Но все это нисколько не занимало моих соловьятников. Напротив, Флегонт Гаврилыч даже слегка обругал Елизавету Яковлевну, осудил, что люди даже ‘под воскресенье (дело было в субботу) не брезгуют такими делами’, и, сурово нахмурив брови, стоял себе на коленях перед котелком, снимал накипавшую пену и изредка пробовал свою стряпню. Смотря по надобности, он подсыпал в уху то перцу, то соли, то бросал лавровый лист. Василий и Ванятка торчали на корточках и, ломая набранные сучья, подбрасывали их под котелок. Огонек то замирал, то вспыхивал и, вспыхнув, охватывал черный котелок огненными языками. Освещенные огнем лица их ярко рисовались на темном фоне. Попахивало дымком и ухой.
Разговор у них, как и следовало ожидать, шел о том соловье, которого мы только что слышали в ольхах.
— Неужто лучше прошлогоднего? — любопытствовал Василий.
— Куда! Далеко не родня!
— Лучше?
— Аккуратнее. Тот все-таки торопился маленько: колена не окончит как следует и сейчас, бывало, за другое… а этот нет. Мы прямо за него и примемся.

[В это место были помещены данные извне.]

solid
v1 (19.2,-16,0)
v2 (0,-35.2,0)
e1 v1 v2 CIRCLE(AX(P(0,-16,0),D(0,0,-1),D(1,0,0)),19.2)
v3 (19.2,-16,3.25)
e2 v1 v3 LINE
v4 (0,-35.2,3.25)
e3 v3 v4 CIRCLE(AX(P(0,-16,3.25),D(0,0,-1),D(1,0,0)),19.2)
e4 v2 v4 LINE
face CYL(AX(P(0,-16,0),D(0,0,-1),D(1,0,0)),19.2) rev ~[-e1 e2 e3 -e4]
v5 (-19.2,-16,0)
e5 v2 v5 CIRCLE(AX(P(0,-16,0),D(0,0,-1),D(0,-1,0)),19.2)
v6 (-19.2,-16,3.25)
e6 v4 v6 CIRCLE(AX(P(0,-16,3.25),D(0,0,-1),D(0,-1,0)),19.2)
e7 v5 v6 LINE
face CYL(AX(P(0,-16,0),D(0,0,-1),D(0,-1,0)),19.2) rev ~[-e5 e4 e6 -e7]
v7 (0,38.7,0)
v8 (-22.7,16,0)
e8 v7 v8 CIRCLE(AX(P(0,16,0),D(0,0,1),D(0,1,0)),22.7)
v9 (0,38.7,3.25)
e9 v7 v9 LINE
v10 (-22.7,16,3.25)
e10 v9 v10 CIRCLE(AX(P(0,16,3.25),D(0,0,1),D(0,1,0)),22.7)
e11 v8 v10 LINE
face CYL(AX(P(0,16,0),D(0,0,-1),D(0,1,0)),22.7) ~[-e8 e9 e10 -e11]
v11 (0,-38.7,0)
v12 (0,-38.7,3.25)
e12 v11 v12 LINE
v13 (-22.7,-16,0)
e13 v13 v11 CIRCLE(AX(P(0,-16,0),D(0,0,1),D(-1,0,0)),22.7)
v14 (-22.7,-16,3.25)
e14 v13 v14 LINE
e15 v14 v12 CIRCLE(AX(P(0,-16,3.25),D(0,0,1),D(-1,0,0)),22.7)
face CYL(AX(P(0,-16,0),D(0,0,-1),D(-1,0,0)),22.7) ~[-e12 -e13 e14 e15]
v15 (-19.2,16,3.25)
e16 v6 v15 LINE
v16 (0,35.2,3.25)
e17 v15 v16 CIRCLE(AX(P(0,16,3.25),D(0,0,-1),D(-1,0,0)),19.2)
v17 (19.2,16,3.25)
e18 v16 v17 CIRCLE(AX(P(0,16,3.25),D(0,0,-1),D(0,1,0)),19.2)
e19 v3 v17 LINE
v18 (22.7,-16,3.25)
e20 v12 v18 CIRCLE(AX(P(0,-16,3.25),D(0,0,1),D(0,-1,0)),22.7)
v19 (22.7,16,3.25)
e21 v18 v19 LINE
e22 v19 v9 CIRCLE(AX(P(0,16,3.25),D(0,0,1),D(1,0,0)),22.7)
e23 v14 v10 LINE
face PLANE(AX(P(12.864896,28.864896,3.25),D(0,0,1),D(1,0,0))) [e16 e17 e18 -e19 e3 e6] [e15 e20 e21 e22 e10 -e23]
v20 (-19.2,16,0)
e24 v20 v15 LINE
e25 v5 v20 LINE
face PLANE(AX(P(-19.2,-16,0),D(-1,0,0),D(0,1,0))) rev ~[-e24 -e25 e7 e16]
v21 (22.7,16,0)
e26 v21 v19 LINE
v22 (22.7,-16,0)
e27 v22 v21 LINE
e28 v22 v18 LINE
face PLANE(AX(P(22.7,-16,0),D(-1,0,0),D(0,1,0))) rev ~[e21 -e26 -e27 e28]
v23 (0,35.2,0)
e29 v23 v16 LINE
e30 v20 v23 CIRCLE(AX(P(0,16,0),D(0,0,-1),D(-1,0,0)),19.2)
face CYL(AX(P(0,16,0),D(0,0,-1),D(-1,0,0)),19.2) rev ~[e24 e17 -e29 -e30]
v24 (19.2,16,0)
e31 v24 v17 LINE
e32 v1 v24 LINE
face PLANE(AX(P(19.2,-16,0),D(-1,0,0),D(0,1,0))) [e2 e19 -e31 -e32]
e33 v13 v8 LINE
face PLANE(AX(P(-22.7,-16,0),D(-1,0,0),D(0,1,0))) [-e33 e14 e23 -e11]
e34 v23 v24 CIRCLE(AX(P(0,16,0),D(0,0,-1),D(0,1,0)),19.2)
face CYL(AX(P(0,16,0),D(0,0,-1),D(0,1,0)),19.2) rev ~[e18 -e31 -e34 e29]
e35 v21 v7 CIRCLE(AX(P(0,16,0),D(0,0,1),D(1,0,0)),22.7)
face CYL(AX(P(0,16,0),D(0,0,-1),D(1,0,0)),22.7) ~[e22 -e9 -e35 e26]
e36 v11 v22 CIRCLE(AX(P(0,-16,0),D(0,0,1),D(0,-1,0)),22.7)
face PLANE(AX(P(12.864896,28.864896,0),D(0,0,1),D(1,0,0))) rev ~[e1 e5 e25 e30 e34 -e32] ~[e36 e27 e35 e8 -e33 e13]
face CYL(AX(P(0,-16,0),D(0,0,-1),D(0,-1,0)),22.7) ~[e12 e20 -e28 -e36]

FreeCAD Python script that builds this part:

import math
import FreeCAD as App
import Part
import Sketcher

V = App.Vector
Q = App.Units.Quantity

doc = App.newDocument("Part")
body = doc.addObject("PartDesign::Body", "Body")

# Sketch on XY plane
sketch1 = body.newObject("Sketcher::SketchObject", "Sketch")
sketch1.AttachmentSupport = (doc.getObject("XY_Plane"), [""])
sketch1.MapMode = "FlatFace"
sketch1.addGeometry([
    Part.ArcOfCircle(Part.Circle(V(0, 16, 0), V(0, 0, 1), 22.7), math.radians(0), math.radians(90)),  # 0
    Part.ArcOfCircle(Part.Circle(V(0, 16, 0), V(0, 0, 1), 22.7), math.radians(90), math.radians(180)),  # 1
    Part.LineSegment(V(-22.7, 16, 0), V(-22.7, -16, 0)),  # 2
    Part.ArcOfCircle(Part.Circle(V(0, -16, 0), V(0, 0, 1), 22.7), math.radians(180), math.radians(270)),  # 3
    Part.ArcOfCircle(Part.Circle(V(0, -16, 0), V(0, 0, 1), 22.7), math.radians(-90), math.radians(0)),  # 4
    Part.LineSegment(V(22.7, -16, 0), V(22.7, 16, 0)),  # 5
    Part.ArcOfCircle(Part.Circle(V(0, 16, 0), V(0, 0, 1), 19.2), math.radians(0), math.radians(90)),  # 6
    Part.LineSegment(V(19.2, 16, 0), V(19.2, -16, 0)),  # 7
    Part.ArcOfCircle(Part.Circle(V(0, -16, 0), V(0, 0, 1), 19.2), math.radians(-90), math.radians(0)),  # 8
    Part.ArcOfCircle(Part.Circle(V(0, -16, 0), V(0, 0, 1), 19.2), math.radians(180), math.radians(270)),  # 9
    Part.LineSegment(V(-19.2, -16, 0), V(-19.2, 16, 0)),  # 10
    Part.ArcOfCircle(Part.Circle(V(0, 16, 0), V(0, 0, 1), 19.2), math.radians(90), math.radians(180)),  # 11
], False)
sketch1.addConstraint([
    Sketcher.Constraint("Tangent", 0, 2, 1, 1),
    Sketcher.Constraint("Tangent", 1, 2, 2, 1),
    Sketcher.Constraint("Tangent", 2, 2, 3, 1),
    Sketcher.Constraint("Tangent", 3, 2, 4, 1),
    Sketcher.Constraint("Tangent", 4, 2, 5, 1),
    Sketcher.Constraint("Tangent", 5, 2, 0, 1),
    Sketcher.Constraint("Tangent", 6, 1, 7, 1),
    Sketcher.Constraint("Tangent", 7, 2, 8, 2),
    Sketcher.Constraint("Tangent", 8, 1, 9, 2),
    Sketcher.Constraint("Tangent", 9, 1, 10, 1),
    Sketcher.Constraint("Tangent", 10, 2, 11, 2),
    Sketcher.Constraint("Tangent", 11, 1, 6, 2),
    Sketcher.Constraint("Vertical", 2),
    Sketcher.Constraint("Vertical", 5),
    Sketcher.Constraint("Vertical", 7),
    Sketcher.Constraint("Vertical", 10),
    Sketcher.Constraint("Coincident", 6, 3, 0, 3),
    Sketcher.Constraint("Coincident", 8, 3, 3, 3),
    Sketcher.Constraint("Equal", 0, 1),
    Sketcher.Constraint("Equal", 1, 3),
    Sketcher.Constraint("Equal", 8, 9),
    Sketcher.Constraint("Symmetric", 0, 3, 3, 3, -1, 1),
    Sketcher.Constraint("PointOnObject", 0, 2, -2),
    Sketcher.Constraint("PointOnObject", 3, 2, -2),
    Sketcher.Constraint("PointOnObject", 8, 1, -2),
    Sketcher.Constraint("PointOnObject", 11, 1, -2),
    Sketcher.Constraint("Radius", 0, Q("22.7 mm")),
    Sketcher.Constraint("Radius", 6, Q("19.2 mm")),
    Sketcher.Constraint("DistanceY", 2, 2, 2, 1, Q("32 mm")),
])
pad1 = body.newObject("PartDesign::Pad", "Pad")
pad1.Profile = sketch1
pad1.Length = 3.25

doc.recompute()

— А мой совет — прежде Сухую гриву взять.
— Ну! Я знаю тебя! — вскрикнул Флегонт Гаврилыч.— Уж ты завсегда по-своему. А я говорю, в Ольхи.
— Да куда торопиться-то? Нешто он от нас уйдет? Небось, рук наших не минует. А я вам вот еще что скажу: рано-то вы его и не возьмете даже! Это верно-с!
— Почему так?
— А потому, что соловей по зорям ‘вершинит’ завсегда. Взойдет солнышко, он на половине дерева поет, а как обогреет, как пойдет муравей и козявка, так он сейчас на землю падает, кормиться начинает. Вот тут и бери его.
— А как опередит кто?
— Кому же опередить! Сами же говорили, что, окромя портняжки, никого не встретили, да и тот, говорите, в Саратов уехал.

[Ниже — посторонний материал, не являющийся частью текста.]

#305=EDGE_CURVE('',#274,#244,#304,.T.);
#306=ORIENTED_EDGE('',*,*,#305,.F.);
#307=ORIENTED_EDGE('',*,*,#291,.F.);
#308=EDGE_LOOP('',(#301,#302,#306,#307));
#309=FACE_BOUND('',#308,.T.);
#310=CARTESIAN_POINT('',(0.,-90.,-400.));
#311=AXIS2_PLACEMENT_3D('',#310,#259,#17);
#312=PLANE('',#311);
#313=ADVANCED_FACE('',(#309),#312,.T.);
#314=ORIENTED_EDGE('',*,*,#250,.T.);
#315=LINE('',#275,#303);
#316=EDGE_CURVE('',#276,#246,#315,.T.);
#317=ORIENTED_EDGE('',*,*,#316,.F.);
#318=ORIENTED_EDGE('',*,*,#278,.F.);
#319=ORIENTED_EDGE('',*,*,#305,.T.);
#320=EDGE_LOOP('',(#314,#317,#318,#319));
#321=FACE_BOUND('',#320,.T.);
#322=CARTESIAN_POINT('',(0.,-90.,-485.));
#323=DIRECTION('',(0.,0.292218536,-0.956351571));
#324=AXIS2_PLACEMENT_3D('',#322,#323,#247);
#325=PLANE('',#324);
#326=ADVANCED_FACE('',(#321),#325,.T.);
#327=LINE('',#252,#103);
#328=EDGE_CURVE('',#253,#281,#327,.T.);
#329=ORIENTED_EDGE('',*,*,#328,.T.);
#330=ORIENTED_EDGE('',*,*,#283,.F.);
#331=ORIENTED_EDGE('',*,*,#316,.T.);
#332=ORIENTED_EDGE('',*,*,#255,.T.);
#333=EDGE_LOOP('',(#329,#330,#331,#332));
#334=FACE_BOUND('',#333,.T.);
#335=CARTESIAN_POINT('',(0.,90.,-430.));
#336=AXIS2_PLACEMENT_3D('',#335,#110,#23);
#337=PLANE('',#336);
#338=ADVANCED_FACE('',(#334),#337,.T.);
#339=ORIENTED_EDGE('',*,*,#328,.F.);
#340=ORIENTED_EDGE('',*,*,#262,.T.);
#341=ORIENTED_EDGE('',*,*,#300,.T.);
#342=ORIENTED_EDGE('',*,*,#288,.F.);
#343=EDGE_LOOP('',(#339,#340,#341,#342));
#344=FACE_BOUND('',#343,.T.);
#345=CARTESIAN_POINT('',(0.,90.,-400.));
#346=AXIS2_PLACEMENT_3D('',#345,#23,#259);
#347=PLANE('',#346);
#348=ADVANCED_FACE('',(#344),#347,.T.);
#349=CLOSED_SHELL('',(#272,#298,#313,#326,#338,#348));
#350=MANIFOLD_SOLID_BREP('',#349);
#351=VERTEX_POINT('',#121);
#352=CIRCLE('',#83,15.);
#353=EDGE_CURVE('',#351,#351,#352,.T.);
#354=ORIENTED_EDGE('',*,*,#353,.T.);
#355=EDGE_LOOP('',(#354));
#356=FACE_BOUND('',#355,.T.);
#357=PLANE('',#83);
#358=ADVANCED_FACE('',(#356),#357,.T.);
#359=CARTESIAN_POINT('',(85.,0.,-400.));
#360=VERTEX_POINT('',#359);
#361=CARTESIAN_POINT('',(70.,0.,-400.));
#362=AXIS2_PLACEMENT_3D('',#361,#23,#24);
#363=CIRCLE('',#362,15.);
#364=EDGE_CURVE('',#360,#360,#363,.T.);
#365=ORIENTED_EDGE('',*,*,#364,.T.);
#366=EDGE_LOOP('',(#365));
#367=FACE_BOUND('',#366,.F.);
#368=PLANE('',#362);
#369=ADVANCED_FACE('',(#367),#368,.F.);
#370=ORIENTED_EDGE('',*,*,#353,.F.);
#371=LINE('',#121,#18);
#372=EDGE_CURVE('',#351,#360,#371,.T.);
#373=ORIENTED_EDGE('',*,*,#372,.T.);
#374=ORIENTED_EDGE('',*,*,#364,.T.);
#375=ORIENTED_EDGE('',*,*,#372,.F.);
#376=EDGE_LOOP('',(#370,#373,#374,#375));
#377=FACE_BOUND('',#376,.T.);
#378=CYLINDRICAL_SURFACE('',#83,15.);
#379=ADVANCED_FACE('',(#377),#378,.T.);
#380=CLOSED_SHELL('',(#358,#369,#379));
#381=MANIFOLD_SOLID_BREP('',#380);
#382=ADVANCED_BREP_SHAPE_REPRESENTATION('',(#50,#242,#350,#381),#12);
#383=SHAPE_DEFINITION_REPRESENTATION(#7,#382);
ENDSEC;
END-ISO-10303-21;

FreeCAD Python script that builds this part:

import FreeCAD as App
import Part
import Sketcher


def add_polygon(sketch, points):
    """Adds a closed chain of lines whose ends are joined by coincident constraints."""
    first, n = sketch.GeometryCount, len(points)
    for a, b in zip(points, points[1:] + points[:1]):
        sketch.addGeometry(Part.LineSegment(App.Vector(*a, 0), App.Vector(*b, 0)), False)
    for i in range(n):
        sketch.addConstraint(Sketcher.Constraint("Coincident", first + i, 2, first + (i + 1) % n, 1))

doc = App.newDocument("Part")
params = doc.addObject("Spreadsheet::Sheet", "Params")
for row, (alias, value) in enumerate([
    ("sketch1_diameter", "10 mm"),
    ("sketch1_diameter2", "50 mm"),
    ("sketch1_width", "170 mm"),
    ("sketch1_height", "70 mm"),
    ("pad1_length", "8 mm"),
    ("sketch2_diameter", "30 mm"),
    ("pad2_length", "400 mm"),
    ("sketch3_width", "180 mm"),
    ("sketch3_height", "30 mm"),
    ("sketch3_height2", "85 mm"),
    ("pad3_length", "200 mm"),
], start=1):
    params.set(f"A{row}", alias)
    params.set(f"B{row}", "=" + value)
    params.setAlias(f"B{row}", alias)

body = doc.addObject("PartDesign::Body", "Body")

— Так-то так. Ну, а все-таки ‘заломов’ {Когда куст осыпается сеткой, то ветви, более выдающиеся, заламывают, Чтобы не мешали,— это и называется ‘заломами’. (Прим. И. А. Салова.)} много видел.
— Заломы — наплевать. Заломы — дело поконченное. Нет, по-моему, так: завтра встанем и — господи благослови! — прямо на Гриву. Захватим там ‘утренничков’, которые нам понравятся, да так этим самым трактом и к Ольхам. В Ольхи придем мы, значит, часам к пяти… самое время и будет…
— Ну, смотри, подлец! — вскрикнул Флегонт Гаврилыч.— Коли по твоей милости да прозеваем соловья этого, я тебе в те поры вихры-то выдеру.
Василий снисходительно улыбнулся, а Ванятка залился хохотом.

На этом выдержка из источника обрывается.